I just checked that your's was #1 and that's what was on the cap. Had good carb and no residual yeast smell or taste and was damn clear. 

I'm amazed it was only that old! (and it's Rudman ...  )


----------



## skb (5/7/15)

have been a bit slow getting around to tasting any of the beers, but yesterday I shared #6 Masters with a friend. A nice easy drink larger on the low hop profile end, my friend really liked it and his half vanished in a minute from my reckoning, I liked it as well and could easily spend a afternoon in the sun drinking it. The only slightly strange visula observation was that that head was maintained well however it looked "soapy" like bubbles when washing plates. It did not have the normal dense packed head, but this did not affect the flavour at all. I did not pick up any large amount of aroma but that may have been a result of the cold weather, as I find I smell less when cold and I was drinking it outside in about 15c ! bloody cold. 
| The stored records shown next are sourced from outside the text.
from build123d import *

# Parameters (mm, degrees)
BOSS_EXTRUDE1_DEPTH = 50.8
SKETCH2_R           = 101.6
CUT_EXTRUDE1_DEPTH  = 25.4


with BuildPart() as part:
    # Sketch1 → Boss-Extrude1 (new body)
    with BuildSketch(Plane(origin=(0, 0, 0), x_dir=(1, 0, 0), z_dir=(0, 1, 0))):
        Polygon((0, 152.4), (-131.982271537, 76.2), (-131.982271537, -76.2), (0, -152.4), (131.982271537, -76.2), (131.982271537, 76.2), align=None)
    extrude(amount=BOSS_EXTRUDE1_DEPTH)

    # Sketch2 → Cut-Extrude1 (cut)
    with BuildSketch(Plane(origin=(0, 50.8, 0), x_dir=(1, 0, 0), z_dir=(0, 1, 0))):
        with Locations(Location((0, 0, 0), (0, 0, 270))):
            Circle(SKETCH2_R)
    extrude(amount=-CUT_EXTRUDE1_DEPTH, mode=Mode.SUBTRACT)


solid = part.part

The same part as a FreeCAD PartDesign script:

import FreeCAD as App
import Part
import Sketcher

V = App.Vector
Q = App.Units.Quantity

doc = App.newDocument("Part")
body = doc.addObject("PartDesign::Body", "Body")

# Sketch on XZ plane
sketch1 = doc.addObject("Sketcher::SketchObject", "Sketch")
body.addObject(sketch1)
sketch1.AttachmentSupport = (doc.XZ_Plane, [""])
sketch1.MapMode = "FlatFace"
sketch1.addGeometry(Part.LineSegment(V(0, -152, 0), V(-132, -76, 0)), False)
sketch1.addGeometry(Part.LineSegment(V(-132, -76, 0), V(-132, 76, 0)), False)
sketch1.addGeometry(Part.LineSegment(V(-132, 76, 0), V(0, 152, 0)), False)
sketch1.addGeometry(Part.LineSegment(V(0, 152, 0), V(132, 76, 0)), False)
sketch1.addGeometry(Part.LineSegment(V(132, 76, 0), V(132, -76, 0)), False)
sketch1.addGeometry(Part.LineSegment(V(132, -76, 0), V(0, -152, 0)), False)
sketch1.addConstraint(Sketcher.Constraint("Coincident", 0, 2, 1, 1))
sketch1.addConstraint(Sketcher.Constraint("Coincident", 1, 2, 2, 1))
sketch1.addConstraint(Sketcher.Constraint("Coincident", 2, 2, 3, 1))
sketch1.addConstraint(Sketcher.Constraint("Coincident", 3, 2, 4, 1))
sketch1.addConstraint(Sketcher.Constraint("Coincident", 4, 2, 5, 1))
sketch1.addConstraint(Sketcher.Constraint("Coincident", 5, 2, 0, 1))
sketch1.addConstraint(Sketcher.Constraint("Vertical", 1))
sketch1.addConstraint(Sketcher.Constraint("Vertical", 4))
sketch1.addConstraint(Sketcher.Constraint("Symmetric", 0, 2, 3, 2, -1, 1))
sketch1.addConstraint(Sketcher.Constraint("Symmetric", 2, 2, 5, 2, -1, 1))
sketch1.addConstraint(Sketcher.Constraint("PointOnObject", 2, 2, -2))
sketch1.addConstraint(Sketcher.Constraint("Parallel", 2, 5))
sketch1.addConstraint(Sketcher.Constraint("Horizontal", 1, 2, 3, 2))
sketch1.addConstraint(Sketcher.Constraint("DistanceY", 1, 1, 1, 2, Q("6 in")))
sketch1.addConstraint(Sketcher.Constraint("Distance", 0, Q("6 in")))
sketch1.addConstraint(Sketcher.Constraint("DistanceY", -1, 1, 2, 2, Q("6 in")))
pad1 = doc.addObject("PartDesign::Pad", "Pad")
body.addObject(pad1)
pad1.Profile = sketch1
pad1.Length = Q("2 in")
pad1.Reversed = True

# Sketch on XZ plane
sketch2 = doc.addObject("Sketcher::SketchObject", "Sketch001")
body.addObject(sketch2)
sketch2.AttachmentSupport = (doc.XZ_Plane, [""])
sketch2.MapMode = "FlatFace"
sketch2.AttachmentOffset = App.Placement(V(0, 0, -2 * 25.4), App.Rotation())
sketch2.addGeometry(Part.Circle(V(0, 0, 0), V(0, 0, 1), 102), False)
sketch2.addConstraint(Sketcher.Constraint("Coincident", 0, 3, -1, 1))
sketch2.addConstraint(Sketcher.Constraint("Diameter", 0, Q("8 in")))
pocket1 = doc.addObject("PartDesign::Pocket", "Pocket")
body.addObject(pocket1)
pocket1.Profile = sketch2
pocket1.Length = Q("1 in")
pocket1.Reversed = True

doc.recompute()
I had the best intention to take a photo but it went down too easily and all I could have taken a photo of was an empty glass !! 

Hopefully will get around to tasting a few more beers


----------



## Topher (5/7/15)

Have to rely on shaky memories on the last few but they were all very very good. 
Paulymans pale was a fantastic beer. Clean malt and nicely defined hop flavour and profile. Better than many commercial pales for sure.
Joshs white stout was like wow wtf. Possibly too sweet for me.....i like my stouts dry and roastytoasty....but i still very much enjoyed it. How did you do it man? Close your eyes and its a dark choc bomb beer. Open them and it looks like a vb! Well done.


----------



## Dan Pratt (6/7/15)

# 12 - SKb Choc Chill Stout





I had this after an oatmeal stout and 2 black IPA's and the flavour certainly wasnt missed.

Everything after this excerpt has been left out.